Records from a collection
========================

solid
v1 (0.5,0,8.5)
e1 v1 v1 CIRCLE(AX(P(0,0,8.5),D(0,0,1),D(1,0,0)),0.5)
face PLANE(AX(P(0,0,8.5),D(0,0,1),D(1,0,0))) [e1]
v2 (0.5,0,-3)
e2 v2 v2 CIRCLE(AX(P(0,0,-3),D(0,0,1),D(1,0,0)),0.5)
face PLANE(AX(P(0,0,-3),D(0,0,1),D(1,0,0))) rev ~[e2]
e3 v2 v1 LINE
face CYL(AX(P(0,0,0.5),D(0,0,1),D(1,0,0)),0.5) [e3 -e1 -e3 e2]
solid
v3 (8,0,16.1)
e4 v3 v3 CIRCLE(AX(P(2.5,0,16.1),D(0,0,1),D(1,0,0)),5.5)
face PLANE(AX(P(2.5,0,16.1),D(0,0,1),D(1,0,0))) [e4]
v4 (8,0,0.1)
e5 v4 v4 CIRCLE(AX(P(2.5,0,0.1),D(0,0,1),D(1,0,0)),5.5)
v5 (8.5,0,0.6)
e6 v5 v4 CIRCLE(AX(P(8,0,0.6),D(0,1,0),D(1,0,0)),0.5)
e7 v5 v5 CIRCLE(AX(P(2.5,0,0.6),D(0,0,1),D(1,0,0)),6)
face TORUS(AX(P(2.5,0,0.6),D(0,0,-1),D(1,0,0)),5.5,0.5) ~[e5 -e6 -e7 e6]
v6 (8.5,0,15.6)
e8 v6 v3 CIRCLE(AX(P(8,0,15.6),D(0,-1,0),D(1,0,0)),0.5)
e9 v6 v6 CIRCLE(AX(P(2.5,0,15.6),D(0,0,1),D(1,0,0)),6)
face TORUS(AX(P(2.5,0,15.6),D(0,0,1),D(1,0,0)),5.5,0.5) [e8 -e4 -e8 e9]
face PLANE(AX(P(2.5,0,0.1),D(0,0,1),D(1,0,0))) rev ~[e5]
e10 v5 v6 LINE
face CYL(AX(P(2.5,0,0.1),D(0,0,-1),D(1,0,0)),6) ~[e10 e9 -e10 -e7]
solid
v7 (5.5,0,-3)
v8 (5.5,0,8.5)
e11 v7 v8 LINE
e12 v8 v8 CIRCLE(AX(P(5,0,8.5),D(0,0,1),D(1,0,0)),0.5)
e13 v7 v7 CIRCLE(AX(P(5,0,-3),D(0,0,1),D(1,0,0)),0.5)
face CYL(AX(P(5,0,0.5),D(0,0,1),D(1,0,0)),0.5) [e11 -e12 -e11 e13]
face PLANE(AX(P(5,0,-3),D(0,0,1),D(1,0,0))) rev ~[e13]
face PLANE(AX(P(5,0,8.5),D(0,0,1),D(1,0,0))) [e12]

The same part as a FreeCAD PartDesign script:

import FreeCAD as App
import Part
import Sketcher
from FreeCAD import Vector


def edges_at(feature, points):
    """Names of the edges that pass closest to the given points."""
    edges = feature.Shape.Edges
    near = lambda p: min(range(len(edges)), key=lambda i: edges[i].distToShape(Part.Vertex(*p))[0])
    return sorted({f"Edge{near(p) + 1}" for p in points})

doc = App.newDocument("Part")
body = doc.addObject("PartDesign::Body", "Body")
body.AllowCompound = True

sketch1 = body.newObject("Sketcher::SketchObject", "Sketch")
sketch1.AttachmentSupport = (doc.getObject("XY_Plane"), [""])
sketch1.MapMode = "FlatFace"
sketch1.AttachmentOffset = App.Placement(Vector(0, 0, 0.5), App.Rotation())
sketch1.addGeometry(Part.Circle(Vector(0, 0, 0), Vector(0, 0, 1), 0.5), False)
sketch1.addGeometry(Part.Circle(Vector(5, 0, 0), Vector(0, 0, 1), 0.5), False)
sketch1.addConstraint(Sketcher.Constraint("Coincident", 0, 3, -1, 1))
sketch1.addConstraint(Sketcher.Constraint("Equal", 0, 1))
sketch1.addConstraint(Sketcher.Constraint("PointOnObject", 1, 3, -1))
sketch1.addConstraint(Sketcher.Constraint("Diameter", 0, 1.0))
sketch1.addConstraint(Sketcher.Constraint("DistanceX", -1, 1, 1, 3, 5.0))
pad1 = body.newObject("PartDesign::Pad", "Pad")
pad1.Profile = sketch1
pad1.Type = "TwoLengths"
pad1.Length = 8
pad1.Length2 = 3.5
body2 = doc.addObject("PartDesign::Body", "Body001")

sketch2 = body2.newObject("Sketcher::SketchObject", "Sketch001")
sketch2.AttachmentSupport = (doc.getObject("XY_Plane001"), [""])
sketch2.MapMode = "FlatFace"
sketch2.AttachmentOffset = App.Placement(Vector(0, 0, 0.1), App.Rotation())
sketch2.addGeometry(Part.Circle(Vector(2, 0, 0), Vector(0, 0, 1), 6), False)
sketch2.addConstraint(Sketcher.Constraint("PointOnObject", 0, 3, -1))
sketch2.addConstraint(Sketcher.Constraint("Diameter", 0, 12.0))
sketch2.addConstraint(Sketcher.Constraint("DistanceX", -1, 1, 0, 3, 2.5))
pad2 = body2.newObject("PartDesign::Pad", "Pad001")
pad2.Profile = sketch2
pad2.Length = 16
doc.recompute()

fillet = body2.newObject("PartDesign::Fillet", "Fillet")
fillet.Base = (pad2, edges_at(pad2, [(-3.5, 0, 0.1), (-3.5, 0, 16.1)]))
fillet.Radius = 0.5

doc.recompute()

========================

- **WHAT THIS TASK INVOLVES**
Within the data, how many lines hold the word "TORUS"? State only that number.

- **EXERCISE RESULT**
2